ASSIGNED TASK: From the records below, transcribe exactly the lines that begin at the line with "#170=FACE_BOUND('',#169,.T.);" and end at the line with "END-ISO-10303-21;", both included.

SUPPLIED DATA:
------
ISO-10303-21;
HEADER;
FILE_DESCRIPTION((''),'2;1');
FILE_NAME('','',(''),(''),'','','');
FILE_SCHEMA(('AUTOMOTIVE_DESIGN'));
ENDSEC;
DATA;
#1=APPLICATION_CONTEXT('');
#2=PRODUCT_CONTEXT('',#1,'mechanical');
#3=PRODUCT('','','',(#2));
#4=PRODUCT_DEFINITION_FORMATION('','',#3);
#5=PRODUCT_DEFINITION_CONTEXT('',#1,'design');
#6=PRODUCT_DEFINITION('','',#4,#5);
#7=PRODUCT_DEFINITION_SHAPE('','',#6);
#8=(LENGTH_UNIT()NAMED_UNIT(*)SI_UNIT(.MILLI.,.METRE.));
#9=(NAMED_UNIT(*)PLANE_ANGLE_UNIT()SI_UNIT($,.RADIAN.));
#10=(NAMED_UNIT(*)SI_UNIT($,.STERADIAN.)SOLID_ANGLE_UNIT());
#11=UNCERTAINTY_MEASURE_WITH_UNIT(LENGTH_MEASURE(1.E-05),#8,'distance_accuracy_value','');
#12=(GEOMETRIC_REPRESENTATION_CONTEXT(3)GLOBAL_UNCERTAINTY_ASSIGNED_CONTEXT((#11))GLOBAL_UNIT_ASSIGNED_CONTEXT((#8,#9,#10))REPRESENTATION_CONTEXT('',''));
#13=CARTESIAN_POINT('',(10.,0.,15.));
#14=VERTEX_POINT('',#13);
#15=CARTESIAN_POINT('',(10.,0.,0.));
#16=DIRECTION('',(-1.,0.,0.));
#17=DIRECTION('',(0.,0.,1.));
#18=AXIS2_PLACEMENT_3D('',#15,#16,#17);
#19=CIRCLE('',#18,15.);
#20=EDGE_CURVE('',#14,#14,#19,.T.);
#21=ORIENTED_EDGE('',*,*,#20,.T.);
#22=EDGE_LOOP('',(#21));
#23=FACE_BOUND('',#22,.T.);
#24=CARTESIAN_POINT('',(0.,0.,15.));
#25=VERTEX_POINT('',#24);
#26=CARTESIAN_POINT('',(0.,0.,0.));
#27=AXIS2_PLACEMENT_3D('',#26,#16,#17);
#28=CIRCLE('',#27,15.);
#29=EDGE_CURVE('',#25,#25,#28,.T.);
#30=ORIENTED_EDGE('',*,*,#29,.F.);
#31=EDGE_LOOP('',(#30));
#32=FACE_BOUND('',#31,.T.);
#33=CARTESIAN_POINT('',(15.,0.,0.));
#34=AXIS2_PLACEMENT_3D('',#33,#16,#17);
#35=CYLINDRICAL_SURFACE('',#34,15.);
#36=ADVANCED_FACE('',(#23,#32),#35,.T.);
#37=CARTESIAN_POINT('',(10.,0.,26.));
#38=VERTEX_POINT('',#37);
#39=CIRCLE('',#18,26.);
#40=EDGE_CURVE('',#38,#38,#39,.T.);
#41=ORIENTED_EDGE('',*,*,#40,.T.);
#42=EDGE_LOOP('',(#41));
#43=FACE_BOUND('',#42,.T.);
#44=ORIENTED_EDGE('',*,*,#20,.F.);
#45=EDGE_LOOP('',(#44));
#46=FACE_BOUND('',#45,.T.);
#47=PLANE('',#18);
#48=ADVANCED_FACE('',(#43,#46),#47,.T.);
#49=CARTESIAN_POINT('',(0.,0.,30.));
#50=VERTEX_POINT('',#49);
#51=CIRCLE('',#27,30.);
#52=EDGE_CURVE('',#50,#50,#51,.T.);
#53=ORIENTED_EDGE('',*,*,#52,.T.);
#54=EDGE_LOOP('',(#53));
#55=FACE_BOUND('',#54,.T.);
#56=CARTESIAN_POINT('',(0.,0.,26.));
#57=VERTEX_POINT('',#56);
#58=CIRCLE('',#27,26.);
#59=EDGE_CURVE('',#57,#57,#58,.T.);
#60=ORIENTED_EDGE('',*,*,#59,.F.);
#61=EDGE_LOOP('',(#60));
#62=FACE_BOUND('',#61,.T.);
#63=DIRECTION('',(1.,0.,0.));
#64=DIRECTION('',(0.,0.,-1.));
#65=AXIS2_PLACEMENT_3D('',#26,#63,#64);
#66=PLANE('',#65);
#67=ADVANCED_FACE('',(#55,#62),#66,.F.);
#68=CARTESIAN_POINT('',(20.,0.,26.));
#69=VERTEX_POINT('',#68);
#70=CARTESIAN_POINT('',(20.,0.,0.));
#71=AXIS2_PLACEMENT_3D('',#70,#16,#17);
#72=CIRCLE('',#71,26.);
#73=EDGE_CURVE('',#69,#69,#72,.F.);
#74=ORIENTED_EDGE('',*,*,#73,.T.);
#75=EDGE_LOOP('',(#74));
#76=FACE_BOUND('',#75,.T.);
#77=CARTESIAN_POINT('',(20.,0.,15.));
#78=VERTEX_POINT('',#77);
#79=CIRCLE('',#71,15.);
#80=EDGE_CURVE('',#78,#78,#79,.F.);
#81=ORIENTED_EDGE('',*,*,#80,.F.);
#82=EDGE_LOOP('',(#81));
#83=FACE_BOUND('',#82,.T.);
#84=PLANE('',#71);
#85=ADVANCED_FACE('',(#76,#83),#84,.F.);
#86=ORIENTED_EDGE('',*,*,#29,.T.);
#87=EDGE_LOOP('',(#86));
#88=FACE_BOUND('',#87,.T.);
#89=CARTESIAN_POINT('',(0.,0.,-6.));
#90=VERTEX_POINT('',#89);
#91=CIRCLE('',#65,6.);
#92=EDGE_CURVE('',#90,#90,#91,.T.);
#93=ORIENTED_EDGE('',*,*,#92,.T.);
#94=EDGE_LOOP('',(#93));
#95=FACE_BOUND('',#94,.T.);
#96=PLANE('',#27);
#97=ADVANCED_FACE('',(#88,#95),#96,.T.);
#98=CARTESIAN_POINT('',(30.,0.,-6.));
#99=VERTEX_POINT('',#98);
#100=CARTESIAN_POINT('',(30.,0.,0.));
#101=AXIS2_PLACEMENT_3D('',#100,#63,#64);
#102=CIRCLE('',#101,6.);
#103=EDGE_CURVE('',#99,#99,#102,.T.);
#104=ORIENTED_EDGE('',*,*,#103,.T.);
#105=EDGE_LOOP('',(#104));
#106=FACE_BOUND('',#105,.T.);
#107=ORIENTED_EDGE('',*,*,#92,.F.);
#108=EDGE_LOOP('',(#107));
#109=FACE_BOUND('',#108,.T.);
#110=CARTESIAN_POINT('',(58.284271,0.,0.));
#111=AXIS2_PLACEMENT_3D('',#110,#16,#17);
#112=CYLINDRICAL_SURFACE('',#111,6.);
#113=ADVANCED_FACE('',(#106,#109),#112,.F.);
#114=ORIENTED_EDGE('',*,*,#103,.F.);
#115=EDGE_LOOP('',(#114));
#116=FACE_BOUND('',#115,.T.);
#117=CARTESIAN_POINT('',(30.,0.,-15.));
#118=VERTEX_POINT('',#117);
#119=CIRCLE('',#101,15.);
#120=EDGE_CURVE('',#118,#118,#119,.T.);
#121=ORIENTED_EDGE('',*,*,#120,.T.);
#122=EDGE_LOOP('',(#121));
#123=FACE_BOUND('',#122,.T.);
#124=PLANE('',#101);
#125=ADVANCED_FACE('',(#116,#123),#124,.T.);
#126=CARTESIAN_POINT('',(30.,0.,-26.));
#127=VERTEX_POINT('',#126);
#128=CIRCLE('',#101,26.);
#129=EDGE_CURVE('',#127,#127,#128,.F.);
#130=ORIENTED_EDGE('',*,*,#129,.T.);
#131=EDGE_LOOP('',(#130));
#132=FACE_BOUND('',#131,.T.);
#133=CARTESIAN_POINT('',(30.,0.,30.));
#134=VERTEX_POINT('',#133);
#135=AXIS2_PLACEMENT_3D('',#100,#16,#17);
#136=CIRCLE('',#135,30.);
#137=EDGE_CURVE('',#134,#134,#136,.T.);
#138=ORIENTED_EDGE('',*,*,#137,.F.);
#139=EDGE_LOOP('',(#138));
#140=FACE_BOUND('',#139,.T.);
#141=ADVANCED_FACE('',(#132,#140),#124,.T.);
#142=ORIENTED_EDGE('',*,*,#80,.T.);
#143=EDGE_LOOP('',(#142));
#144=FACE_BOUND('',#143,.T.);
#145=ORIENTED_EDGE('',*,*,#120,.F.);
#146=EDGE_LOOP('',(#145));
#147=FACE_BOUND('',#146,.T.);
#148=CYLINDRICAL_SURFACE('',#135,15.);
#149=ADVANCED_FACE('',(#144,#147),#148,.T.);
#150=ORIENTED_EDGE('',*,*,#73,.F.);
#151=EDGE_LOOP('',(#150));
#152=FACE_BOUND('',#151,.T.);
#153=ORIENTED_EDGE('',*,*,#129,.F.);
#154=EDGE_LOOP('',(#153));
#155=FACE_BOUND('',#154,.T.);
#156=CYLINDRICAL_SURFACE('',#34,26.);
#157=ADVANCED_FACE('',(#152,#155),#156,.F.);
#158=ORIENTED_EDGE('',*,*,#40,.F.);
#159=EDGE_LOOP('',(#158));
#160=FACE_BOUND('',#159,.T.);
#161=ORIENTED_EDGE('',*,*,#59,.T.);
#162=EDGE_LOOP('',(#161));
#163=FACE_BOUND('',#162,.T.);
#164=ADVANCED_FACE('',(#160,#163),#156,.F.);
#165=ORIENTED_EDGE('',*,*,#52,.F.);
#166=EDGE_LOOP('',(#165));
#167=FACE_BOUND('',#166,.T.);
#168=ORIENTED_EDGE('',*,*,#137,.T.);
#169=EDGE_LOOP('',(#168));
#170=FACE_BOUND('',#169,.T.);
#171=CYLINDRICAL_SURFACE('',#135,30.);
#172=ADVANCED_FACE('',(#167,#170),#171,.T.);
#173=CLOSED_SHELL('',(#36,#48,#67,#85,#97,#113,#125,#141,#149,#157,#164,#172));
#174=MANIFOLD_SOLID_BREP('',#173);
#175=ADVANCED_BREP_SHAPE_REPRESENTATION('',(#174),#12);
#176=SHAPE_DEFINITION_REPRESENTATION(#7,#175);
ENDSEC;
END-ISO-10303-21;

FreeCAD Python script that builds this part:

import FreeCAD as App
import Part
import Sketcher
from FreeCAD import Vector
Q = App.Units.Quantity

doc = App.newDocument("Part")
body = doc.addObject("PartDesign::Body", "Body")
body.AllowCompound = True

# Sketch on YZ plane
sketch1 = body.newObject("Sketcher::SketchObject", "Sketch")
sketch1.AttachmentSupport = (doc.getObject("YZ_Plane"), [""])
sketch1.MapMode = "FlatFace"
sketch1.addGeometry(Part.Circle(Vector(0, 0, 0), Vector(0, 0, 1), 15), False)
sketch1.addConstraint(Sketcher.Constraint("Coincident", 0, 3, -1, 1))
sketch1.addConstraint(Sketcher.Constraint("Diameter", 0, Q("30 mm")))
pad1 = body.newObject("PartDesign::Pad", "Pad")
pad1.Profile = sketch1
pad1.Length = 30

# Sketch on YZ plane
sketch2 = body.newObject("Sketcher::SketchObject", "Sketch001")
sketch2.AttachmentSupport = (doc.getObject("YZ_Plane"), [""])
sketch2.MapMode = "FlatFace"
sketch2.addGeometry(Part.Circle(Vector(0, 0, 0), Vector(0, 0, 1), 10), False)
sketch2.addConstraint(Sketcher.Constraint("Coincident", 0, 3, -1, 1))
sketch2.addConstraint(Sketcher.Constraint("Diameter", 0, Q("20 mm")))
pocket1 = body.newObject("PartDesign::Pocket", "Pocket")
pocket1.Profile = sketch2
pocket1.Length = 30
pocket1.Reversed = True

# Sketch on YZ plane
sketch3 = body.newObject("Sketcher::SketchObject", "Sketch002")
sketch3.AttachmentSupport = (doc.getObject("YZ_Plane"), [""])
sketch3.MapMode = "FlatFace"
sketch3.addGeometry(Part.Circle(Vector(0, 0, 0), Vector(0, 0, 1), 30), False)
sketch3.addConstraint(Sketcher.Constraint("Coincident", 0, 3, -1, 1))
sketch3.addConstraint(Sketcher.Constraint("Diameter", 0, Q("60 mm")))
pad2 = body.newObject("PartDesign::Pad", "Pad001")
pad2.Profile = sketch3
pad2.Length = 30

# Sketch on YZ plane
sketch4 = body.newObject("Sketcher::SketchObject", "Sketch003")
sketch4.AttachmentSupport = (doc.getObject("YZ_Plane"), [""])
sketch4.MapMode = "FlatFace"
sketch4.addGeometry(Part.Circle(Vector(0, 0, 0), Vector(0, 0, 1), 26), False)
sketch4.addConstraint(Sketcher.Constraint("Coincident", 0, 3, -1, 1))
sketch4.addConstraint(Sketcher.Constraint("Diameter", 0, Q("52 mm")))
pocket2 = body.newObject("PartDesign::Pocket", "Pocket001")
pocket2.Profile = sketch4
pocket2.Length = 15
pocket2.Reversed = True

# Sketch on YZ plane
sketch5 = body.newObject("Sketcher::SketchObject", "Sketch004")
sketch5.AttachmentSupport = (doc.getObject("YZ_Plane"), [""])
sketch5.MapMode = "FlatFace"
sketch5.addGeometry(Part.Circle(Vector(0, 0, 0), Vector(0, 0, 1), 15), False)
sketch5.addConstraint(Sketcher.Constraint("Coincident", 0, 3, -1, 1))
sketch5.addConstraint(Sketcher.Constraint("Diameter", 0, Q("30 mm")))
pad3 = body.newObject("PartDesign::Pad", "Pad002")
pad3.Profile = sketch5
pad3.Type = "TwoLengths"
pad3.Length = 15
pad3.Length2 = 15
pad3.Reversed = True

# Sketch on YZ plane
sketch6 = body.newObject("Sketcher::SketchObject", "Sketch005")
sketch6.AttachmentSupport = (doc.getObject("YZ_Plane"), [""])
sketch6.MapMode = "FlatFace"
sketch6.AttachmentOffset = App.Placement(Vector(0, 0, -15), App.Rotation())
sketch6.addGeometry(Part.Circle(Vector(0, 0, 0), Vector(0, 0, 1), 10), False)
sketch6.addConstraint(Sketcher.Constraint("Coincident", 0, 3, -1, 1))
sketch6.addConstraint(Sketcher.Constraint("Diameter", 0, Q("20 mm")))
pocket3 = body.newObject("PartDesign::Pocket", "Pocket002")
pocket3.Profile = sketch6
pocket3.Length = 45
pocket3.Reversed = True

# Sketch on YZ plane
sketch7 = body.newObject("Sketcher::SketchObject", "Sketch006")
sketch7.AttachmentSupport = (doc.getObject("YZ_Plane"), [""])
sketch7.MapMode = "FlatFace"
sketch7.AttachmentOffset = App.Placement(Vector(0, 0, 30), App.Rotation())
sketch7.addGeometry(Part.Circle(Vector(0, 0, 0), Vector(0, 0, 1), 26), False)
sketch7.addConstraint(Sketcher.Constraint("Coincident", 0, 3, -1, 1))
sketch7.addConstraint(Sketcher.Constraint("Diameter", 0, Q("52 mm")))
pocket4 = body.newObject("PartDesign::Pocket", "Pocket003")
pocket4.Profile = sketch7
pocket4.Type = "TwoLengths"
pocket4.Length = 1
pocket4.Length2 = 15
pocket4.Reversed = True

# Sketch on YZ plane
sketch8 = body.newObject("Sketcher::SketchObject", "Sketch007")
sketch8.AttachmentSupport = (doc.getObject("YZ_Plane"), [""])
sketch8.MapMode = "FlatFace"
sketch8.AttachmentOffset = App.Placement(Vector(0, 0, 15), App.Rotation())
sketch8.addGeometry(Part.Circle(Vector(0, 0, 0), Vector(0, 0, 1), 26), False)
sketch8.addConstraint(Sketcher.Constraint("Coincident", 0, 3, -1, 1))
sketch8.addConstraint(Sketcher.Constraint("Diameter", 0, Q("52 mm")))
pad4 = body.newObject("PartDesign::Pad", "Pad003")
pad4.Profile = sketch8
pad4.Type = "TwoLengths"
pad4.Length = 5
pad4.Length2 = 5
pad4.Reversed = True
------
SOLUTION TO THIS TASK:
#170=FACE_BOUND('',#169,.T.);
#171=CYLINDRICAL_SURFACE('',#135,30.);
#172=ADVANCED_FACE('',(#167,#170),#171,.T.);
#173=CLOSED_SHELL('',(#36,#48,#67,#85,#97,#113,#125,#141,#149,#157,#164,#172));
#174=MANIFOLD_SOLID_BREP('',#173);
#175=ADVANCED_BREP_SHAPE_REPRESENTATION('',(#174),#12);
#176=SHAPE_DEFINITION_REPRESENTATION(#7,#175);
ENDSEC;
END-ISO-10303-21;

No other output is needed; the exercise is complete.